━━━━━ DATASET CONTENT
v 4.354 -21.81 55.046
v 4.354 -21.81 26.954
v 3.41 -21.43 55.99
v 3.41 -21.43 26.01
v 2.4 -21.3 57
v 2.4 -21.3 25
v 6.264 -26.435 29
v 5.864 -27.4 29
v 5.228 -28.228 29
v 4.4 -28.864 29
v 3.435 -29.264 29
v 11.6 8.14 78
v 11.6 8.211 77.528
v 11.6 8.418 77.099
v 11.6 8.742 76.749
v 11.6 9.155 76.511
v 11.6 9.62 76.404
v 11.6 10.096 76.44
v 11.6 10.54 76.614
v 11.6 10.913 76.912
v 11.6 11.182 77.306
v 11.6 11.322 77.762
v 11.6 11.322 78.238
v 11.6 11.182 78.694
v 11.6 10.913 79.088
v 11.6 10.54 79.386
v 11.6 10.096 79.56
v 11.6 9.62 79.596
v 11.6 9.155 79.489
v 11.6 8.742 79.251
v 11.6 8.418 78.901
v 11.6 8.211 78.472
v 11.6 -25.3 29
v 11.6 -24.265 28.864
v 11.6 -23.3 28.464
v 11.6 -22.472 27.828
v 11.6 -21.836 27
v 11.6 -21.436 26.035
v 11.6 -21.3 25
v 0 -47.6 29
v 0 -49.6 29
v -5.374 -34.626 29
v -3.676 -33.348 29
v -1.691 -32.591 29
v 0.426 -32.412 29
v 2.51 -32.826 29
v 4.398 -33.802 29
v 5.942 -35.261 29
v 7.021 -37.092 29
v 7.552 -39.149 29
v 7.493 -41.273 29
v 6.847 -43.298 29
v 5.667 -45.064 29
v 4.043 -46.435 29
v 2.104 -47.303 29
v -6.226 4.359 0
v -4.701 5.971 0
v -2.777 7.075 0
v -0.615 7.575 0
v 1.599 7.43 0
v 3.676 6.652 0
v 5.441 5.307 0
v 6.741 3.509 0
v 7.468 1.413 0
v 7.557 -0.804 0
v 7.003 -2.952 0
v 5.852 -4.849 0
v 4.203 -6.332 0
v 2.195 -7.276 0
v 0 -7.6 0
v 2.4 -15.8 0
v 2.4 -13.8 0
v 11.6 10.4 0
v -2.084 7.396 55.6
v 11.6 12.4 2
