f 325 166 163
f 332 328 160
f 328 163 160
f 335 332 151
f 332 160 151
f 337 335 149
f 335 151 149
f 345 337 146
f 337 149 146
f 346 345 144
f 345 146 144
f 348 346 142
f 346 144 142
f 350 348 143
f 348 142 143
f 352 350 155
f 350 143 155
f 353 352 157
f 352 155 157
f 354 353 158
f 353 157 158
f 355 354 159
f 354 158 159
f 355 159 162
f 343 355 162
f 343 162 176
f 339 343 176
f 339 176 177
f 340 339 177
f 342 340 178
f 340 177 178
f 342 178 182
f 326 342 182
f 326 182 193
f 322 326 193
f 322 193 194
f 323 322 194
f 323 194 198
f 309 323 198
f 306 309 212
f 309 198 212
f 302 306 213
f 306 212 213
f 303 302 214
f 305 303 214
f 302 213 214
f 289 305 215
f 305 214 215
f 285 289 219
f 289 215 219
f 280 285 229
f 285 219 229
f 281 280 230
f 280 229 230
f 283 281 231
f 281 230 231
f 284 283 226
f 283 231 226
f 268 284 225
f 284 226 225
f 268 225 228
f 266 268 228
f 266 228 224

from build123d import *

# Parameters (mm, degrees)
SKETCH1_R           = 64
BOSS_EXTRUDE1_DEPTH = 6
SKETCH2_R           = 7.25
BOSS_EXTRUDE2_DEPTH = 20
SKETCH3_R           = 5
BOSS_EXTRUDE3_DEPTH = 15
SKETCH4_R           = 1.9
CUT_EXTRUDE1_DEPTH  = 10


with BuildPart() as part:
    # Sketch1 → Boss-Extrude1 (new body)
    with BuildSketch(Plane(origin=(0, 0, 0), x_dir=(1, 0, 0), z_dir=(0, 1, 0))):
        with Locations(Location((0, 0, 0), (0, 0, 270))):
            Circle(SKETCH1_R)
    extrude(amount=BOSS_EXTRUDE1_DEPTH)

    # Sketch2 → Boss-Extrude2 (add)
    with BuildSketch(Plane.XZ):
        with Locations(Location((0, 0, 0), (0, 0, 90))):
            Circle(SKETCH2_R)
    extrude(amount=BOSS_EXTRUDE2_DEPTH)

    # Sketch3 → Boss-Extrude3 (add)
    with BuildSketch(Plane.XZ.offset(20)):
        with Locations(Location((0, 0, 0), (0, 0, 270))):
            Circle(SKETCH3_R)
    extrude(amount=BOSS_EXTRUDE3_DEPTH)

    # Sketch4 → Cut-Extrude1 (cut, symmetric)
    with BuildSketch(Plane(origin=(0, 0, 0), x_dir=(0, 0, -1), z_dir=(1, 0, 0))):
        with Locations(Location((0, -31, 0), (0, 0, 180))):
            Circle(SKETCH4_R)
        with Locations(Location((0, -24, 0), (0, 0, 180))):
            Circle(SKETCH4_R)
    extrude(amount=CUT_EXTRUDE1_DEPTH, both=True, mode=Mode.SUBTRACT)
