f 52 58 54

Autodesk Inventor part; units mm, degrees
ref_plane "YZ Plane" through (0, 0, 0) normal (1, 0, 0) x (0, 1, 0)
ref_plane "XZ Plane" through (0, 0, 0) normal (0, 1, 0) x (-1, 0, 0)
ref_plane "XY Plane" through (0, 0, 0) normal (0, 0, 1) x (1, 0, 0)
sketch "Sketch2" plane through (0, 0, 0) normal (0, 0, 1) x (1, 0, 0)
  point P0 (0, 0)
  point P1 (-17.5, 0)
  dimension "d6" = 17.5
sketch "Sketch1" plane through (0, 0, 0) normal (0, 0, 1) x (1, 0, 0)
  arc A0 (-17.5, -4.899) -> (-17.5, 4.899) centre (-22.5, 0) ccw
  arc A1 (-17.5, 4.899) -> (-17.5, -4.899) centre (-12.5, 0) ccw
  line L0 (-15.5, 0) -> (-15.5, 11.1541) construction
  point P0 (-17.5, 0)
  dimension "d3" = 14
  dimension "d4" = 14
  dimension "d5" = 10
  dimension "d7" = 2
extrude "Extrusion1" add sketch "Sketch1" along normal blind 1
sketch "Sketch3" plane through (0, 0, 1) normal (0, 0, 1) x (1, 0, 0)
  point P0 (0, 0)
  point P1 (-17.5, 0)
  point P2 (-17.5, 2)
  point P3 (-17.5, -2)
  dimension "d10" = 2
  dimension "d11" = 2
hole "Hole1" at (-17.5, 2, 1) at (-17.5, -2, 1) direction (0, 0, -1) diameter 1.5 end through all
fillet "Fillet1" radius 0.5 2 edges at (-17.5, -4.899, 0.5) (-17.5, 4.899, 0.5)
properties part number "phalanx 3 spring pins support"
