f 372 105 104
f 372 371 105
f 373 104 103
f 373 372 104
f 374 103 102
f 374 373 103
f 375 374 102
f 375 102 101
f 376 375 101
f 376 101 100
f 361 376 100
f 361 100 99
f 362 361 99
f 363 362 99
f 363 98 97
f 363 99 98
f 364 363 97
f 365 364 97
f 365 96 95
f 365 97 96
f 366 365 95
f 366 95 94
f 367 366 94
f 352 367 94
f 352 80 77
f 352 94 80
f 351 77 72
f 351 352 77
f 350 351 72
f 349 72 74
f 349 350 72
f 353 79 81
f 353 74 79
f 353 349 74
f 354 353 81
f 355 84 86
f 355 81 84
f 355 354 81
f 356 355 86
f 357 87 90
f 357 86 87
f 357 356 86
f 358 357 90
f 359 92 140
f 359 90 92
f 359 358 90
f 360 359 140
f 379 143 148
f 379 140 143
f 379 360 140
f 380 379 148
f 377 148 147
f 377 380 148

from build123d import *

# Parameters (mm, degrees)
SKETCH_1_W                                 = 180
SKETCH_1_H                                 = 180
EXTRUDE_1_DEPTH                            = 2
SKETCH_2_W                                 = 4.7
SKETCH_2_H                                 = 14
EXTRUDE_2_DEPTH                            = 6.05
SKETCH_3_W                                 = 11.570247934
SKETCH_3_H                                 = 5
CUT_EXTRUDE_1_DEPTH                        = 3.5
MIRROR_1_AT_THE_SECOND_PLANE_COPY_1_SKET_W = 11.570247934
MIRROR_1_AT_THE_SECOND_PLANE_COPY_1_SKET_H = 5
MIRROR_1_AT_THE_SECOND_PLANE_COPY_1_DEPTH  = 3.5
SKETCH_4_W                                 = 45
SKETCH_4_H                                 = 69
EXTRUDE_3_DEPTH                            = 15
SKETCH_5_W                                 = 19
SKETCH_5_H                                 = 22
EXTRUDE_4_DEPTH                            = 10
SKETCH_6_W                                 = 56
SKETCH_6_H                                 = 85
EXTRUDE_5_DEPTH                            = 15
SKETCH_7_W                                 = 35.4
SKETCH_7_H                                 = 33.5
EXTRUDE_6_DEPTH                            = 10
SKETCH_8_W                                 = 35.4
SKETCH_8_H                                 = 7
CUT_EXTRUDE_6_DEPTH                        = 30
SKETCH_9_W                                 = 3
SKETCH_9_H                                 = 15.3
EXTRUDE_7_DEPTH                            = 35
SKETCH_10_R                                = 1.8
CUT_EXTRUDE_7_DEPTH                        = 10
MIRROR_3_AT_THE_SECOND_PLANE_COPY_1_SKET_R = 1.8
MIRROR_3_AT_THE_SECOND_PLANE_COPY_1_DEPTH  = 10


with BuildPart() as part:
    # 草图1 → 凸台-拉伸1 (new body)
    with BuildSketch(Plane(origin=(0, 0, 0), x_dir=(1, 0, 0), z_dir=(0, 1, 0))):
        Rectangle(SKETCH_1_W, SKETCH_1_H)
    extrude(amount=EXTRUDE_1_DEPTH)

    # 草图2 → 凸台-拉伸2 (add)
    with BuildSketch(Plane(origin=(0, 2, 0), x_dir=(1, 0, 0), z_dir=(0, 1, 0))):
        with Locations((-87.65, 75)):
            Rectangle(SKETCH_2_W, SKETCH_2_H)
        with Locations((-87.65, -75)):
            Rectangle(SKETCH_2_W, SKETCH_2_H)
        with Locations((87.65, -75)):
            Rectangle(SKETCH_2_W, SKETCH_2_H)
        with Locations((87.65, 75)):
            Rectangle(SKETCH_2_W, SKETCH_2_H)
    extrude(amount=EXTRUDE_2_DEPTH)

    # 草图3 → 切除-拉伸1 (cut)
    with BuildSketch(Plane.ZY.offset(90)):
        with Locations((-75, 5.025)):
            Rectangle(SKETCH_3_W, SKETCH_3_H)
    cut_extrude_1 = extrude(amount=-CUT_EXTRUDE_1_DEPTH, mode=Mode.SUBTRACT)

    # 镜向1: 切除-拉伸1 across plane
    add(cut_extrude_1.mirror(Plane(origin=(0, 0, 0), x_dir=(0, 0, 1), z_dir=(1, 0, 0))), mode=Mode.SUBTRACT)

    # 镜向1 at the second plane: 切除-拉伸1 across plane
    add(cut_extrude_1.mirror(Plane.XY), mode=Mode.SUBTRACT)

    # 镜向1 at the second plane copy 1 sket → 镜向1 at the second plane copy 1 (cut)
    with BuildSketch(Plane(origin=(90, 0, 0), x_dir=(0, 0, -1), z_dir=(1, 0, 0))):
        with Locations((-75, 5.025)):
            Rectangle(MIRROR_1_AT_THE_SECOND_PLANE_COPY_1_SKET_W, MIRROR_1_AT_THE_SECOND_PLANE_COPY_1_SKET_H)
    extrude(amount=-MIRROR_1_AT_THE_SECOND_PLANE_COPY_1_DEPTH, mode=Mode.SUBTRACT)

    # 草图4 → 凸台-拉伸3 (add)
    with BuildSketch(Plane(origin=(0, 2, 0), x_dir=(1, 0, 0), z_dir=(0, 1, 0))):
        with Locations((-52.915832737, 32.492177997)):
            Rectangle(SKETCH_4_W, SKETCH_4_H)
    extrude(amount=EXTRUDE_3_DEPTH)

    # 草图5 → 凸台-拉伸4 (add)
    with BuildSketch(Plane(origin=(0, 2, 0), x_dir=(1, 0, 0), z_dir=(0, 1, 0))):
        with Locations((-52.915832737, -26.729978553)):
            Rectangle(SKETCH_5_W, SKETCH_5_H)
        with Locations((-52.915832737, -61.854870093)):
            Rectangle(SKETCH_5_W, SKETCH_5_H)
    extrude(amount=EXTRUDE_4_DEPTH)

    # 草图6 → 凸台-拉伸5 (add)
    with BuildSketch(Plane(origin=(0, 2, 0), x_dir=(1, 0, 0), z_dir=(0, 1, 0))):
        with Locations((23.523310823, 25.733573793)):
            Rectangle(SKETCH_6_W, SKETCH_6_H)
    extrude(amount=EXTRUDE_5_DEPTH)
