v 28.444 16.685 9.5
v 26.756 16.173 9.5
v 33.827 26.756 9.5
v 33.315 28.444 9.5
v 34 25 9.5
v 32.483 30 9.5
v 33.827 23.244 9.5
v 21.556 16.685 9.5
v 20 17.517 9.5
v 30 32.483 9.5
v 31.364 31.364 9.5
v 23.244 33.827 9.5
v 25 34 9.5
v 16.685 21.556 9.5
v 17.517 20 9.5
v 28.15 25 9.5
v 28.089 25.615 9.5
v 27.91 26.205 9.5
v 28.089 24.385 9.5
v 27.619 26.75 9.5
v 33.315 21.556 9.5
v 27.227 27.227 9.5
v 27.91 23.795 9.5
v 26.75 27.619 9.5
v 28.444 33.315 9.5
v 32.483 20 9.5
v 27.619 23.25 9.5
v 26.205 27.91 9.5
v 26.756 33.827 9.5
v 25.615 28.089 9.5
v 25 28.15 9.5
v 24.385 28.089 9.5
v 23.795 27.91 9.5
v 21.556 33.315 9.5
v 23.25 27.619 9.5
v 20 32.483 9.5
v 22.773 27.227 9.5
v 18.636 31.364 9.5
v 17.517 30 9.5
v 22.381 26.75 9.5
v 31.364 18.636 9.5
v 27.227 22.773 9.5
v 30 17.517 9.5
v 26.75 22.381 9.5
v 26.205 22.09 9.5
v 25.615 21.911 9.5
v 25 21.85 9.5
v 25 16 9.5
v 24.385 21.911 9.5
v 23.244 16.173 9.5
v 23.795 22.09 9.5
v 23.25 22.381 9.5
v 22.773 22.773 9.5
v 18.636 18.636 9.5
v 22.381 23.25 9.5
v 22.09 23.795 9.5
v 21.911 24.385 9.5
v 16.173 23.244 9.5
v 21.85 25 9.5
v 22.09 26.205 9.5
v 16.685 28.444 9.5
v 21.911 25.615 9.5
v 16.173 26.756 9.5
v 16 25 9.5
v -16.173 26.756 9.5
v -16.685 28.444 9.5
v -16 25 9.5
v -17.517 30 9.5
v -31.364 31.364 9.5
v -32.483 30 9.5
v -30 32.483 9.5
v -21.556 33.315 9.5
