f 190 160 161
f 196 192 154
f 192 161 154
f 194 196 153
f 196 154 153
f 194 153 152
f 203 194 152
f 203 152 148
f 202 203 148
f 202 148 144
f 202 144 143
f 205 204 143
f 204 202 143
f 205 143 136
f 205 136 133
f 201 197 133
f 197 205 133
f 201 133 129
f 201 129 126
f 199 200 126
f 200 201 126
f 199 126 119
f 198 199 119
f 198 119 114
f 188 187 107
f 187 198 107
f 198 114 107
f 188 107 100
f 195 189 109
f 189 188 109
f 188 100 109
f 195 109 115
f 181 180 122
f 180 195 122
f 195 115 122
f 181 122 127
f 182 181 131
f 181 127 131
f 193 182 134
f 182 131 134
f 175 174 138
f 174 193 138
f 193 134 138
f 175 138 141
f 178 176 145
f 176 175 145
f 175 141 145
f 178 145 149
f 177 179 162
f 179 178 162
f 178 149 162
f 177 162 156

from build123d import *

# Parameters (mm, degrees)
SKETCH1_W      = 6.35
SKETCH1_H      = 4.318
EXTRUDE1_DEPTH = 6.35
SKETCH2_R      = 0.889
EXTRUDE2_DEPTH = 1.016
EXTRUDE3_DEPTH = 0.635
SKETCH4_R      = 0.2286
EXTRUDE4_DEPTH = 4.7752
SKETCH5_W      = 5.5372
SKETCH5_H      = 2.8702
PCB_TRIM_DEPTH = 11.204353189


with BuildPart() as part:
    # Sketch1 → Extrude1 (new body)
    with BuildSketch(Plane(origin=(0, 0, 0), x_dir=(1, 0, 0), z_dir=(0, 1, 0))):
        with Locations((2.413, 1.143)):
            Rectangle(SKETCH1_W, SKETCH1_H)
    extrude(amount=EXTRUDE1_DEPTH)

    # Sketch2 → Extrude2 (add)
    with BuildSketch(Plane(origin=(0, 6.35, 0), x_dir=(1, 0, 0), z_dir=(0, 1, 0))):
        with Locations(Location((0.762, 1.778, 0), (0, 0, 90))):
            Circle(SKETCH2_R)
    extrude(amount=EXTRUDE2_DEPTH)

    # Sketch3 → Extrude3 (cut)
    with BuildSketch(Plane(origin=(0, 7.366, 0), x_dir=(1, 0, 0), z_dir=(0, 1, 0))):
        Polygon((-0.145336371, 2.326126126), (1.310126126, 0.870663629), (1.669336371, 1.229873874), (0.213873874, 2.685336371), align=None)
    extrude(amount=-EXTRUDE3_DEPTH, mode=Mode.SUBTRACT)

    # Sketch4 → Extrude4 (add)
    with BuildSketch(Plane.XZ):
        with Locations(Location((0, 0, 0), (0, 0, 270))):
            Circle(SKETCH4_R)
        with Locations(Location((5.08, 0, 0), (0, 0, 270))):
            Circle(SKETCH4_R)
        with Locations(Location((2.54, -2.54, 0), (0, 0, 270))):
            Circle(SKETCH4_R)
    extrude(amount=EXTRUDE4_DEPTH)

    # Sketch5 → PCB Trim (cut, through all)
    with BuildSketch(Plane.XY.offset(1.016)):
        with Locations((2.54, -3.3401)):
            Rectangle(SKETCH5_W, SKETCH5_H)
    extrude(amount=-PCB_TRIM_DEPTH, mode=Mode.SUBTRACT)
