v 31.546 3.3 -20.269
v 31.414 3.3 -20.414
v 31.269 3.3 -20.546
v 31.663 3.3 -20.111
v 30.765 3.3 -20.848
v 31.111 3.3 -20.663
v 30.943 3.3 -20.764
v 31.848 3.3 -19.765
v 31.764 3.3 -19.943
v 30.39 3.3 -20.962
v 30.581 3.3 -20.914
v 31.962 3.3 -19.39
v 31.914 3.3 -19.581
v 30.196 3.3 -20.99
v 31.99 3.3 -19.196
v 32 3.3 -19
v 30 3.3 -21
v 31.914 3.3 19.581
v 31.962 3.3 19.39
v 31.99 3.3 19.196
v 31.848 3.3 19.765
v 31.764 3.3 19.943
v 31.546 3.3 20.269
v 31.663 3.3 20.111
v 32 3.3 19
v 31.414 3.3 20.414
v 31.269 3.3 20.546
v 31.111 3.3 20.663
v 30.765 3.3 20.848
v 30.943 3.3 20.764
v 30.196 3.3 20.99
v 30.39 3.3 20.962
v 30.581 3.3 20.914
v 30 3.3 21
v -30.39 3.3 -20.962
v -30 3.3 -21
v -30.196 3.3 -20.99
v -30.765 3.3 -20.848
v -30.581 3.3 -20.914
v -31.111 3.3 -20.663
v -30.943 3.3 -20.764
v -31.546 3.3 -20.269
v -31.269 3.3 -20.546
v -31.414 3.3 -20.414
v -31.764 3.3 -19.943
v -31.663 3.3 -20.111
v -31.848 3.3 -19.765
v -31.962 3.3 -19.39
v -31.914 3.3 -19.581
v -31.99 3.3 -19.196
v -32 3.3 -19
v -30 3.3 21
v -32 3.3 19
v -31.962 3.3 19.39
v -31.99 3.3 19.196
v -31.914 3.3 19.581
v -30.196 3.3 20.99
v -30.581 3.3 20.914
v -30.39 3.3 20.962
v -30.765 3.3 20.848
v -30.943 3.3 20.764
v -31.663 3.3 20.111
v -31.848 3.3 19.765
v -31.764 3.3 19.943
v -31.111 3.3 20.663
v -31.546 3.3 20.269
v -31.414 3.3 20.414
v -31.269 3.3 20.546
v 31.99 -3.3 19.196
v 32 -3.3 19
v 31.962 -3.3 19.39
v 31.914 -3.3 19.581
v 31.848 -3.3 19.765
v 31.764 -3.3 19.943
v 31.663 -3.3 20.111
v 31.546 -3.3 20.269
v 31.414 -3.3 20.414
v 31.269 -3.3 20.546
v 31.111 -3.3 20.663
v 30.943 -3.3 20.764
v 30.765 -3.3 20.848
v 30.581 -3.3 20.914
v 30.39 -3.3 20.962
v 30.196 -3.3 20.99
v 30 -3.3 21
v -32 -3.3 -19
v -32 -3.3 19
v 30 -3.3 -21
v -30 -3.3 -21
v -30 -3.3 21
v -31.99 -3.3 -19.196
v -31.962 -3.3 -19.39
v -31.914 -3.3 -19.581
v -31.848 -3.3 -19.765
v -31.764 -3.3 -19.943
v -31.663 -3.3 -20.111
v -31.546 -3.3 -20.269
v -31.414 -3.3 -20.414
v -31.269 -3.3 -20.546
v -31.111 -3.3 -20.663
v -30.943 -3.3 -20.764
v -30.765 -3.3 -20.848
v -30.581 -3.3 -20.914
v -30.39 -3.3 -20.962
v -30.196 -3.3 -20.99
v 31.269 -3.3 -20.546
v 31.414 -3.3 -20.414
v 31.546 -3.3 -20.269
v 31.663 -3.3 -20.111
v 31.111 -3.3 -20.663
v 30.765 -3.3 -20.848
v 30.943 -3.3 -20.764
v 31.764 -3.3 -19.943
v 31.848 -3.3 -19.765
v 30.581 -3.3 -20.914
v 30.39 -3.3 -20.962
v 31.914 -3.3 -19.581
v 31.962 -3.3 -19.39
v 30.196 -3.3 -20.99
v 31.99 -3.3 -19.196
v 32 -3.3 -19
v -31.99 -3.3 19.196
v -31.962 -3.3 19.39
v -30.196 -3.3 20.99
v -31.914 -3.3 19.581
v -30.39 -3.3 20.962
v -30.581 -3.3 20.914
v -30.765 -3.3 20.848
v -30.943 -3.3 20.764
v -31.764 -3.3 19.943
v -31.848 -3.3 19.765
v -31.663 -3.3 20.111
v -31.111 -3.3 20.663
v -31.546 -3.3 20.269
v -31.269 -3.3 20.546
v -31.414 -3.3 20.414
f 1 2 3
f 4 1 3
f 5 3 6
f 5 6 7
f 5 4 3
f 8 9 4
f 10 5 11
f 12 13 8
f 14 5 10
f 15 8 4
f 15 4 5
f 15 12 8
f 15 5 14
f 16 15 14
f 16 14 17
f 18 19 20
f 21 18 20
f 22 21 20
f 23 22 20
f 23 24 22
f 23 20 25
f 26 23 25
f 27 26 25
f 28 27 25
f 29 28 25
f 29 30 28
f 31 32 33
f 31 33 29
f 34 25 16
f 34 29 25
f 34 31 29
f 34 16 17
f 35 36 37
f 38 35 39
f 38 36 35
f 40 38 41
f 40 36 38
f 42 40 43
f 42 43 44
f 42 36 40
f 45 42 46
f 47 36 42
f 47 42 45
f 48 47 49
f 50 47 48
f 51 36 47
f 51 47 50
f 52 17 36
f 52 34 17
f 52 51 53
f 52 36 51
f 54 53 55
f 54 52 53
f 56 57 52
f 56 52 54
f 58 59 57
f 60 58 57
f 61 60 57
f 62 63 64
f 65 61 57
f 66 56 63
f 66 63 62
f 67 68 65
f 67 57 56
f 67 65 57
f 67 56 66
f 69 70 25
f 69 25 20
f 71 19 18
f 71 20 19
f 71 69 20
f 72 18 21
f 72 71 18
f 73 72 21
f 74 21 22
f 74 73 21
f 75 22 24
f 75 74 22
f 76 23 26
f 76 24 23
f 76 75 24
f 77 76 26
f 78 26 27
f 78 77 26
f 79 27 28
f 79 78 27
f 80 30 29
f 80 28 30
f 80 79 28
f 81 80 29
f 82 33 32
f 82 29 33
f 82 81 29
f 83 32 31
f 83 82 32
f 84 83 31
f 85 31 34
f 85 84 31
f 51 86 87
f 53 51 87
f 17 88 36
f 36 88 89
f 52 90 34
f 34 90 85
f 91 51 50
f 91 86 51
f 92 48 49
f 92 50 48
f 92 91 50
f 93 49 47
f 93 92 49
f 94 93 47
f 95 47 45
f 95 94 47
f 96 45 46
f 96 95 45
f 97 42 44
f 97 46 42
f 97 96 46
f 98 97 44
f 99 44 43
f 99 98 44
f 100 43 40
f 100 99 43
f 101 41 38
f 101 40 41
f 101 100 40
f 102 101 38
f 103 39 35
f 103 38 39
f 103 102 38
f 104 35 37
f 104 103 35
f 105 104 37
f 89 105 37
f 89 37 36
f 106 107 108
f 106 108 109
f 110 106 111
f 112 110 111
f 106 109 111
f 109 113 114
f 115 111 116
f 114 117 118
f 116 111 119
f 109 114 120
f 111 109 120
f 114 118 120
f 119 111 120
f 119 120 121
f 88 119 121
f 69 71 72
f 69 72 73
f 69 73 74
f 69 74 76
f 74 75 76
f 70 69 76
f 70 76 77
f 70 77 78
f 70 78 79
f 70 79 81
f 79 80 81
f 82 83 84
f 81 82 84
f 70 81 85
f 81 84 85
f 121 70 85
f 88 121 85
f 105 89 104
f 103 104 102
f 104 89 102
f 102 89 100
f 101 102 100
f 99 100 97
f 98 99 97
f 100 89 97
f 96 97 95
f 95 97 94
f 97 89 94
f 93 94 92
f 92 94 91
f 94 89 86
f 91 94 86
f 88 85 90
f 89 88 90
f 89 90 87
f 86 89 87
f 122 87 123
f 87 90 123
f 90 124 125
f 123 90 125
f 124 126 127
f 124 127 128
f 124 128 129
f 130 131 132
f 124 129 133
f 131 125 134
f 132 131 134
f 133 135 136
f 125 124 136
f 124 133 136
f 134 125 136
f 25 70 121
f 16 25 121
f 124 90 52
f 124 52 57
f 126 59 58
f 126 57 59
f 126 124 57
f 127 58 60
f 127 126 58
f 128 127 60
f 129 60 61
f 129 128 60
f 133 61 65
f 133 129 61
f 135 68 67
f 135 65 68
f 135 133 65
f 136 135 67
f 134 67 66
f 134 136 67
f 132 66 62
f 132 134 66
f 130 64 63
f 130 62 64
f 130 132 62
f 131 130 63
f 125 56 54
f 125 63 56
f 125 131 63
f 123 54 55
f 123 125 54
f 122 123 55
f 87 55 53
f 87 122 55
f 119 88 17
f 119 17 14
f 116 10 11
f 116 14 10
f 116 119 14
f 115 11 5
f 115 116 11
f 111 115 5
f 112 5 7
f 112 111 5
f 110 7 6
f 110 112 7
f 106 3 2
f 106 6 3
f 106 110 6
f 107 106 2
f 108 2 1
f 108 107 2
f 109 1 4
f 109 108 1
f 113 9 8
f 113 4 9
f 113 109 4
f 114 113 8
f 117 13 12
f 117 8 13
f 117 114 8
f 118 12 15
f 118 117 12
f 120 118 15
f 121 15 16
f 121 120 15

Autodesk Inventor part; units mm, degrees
ref_plane "YZ Plane" through (0, 0, 0) normal (1, 0, 0) x (0, 1, 0)
ref_plane "XZ Plane" through (0, 0, 0) normal (0, 1, 0) x (-1, 0, 0)
ref_plane "XY Plane" through (0, 0, 0) normal (0, 0, 1) x (1, 0, 0)
sketch "Sketch1" plane through (0, 0, 0) normal (0, 1, 0) x (-1, 0, 0)
  line L0 (30, 21) -> (-30, 21)
  line L1 (-32, 19) -> (-32, -19)
  line L2 (-30, -21) -> (30, -21)
  line L3 (32, -19) -> (32, 19)
  line L4 (32, 21) -> (-32, -21) construction
  line L5 (-32, 21) -> (32, -21) construction
  arc A0 (30, -21) -> (32, -19) centre (30, -19) ccw
  arc A1 (32, 19) -> (30, 21) centre (30, 19) ccw
  arc A2 (-30, 21) -> (-32, 19) centre (-30, 19) ccw
  arc A3 (-32, -19) -> (-30, -21) centre (-30, -19) ccw
  point P0 (0, 0)
  dimension "d0" = 64
  dimension "d1" = 42
  dimension "d2" = 2
extrude "Extrusion1" add sketch "Sketch1" along normal mid plane 6.6
properties part number "Exploration_Industrials_All" material "Paper"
━━━━━━━━━━
- [TRY IT]:
Tell how many lines of the material above contain the word "SUBTRACT", giving only the number.

- [RESPONSE TO THE EXERCISE]:
7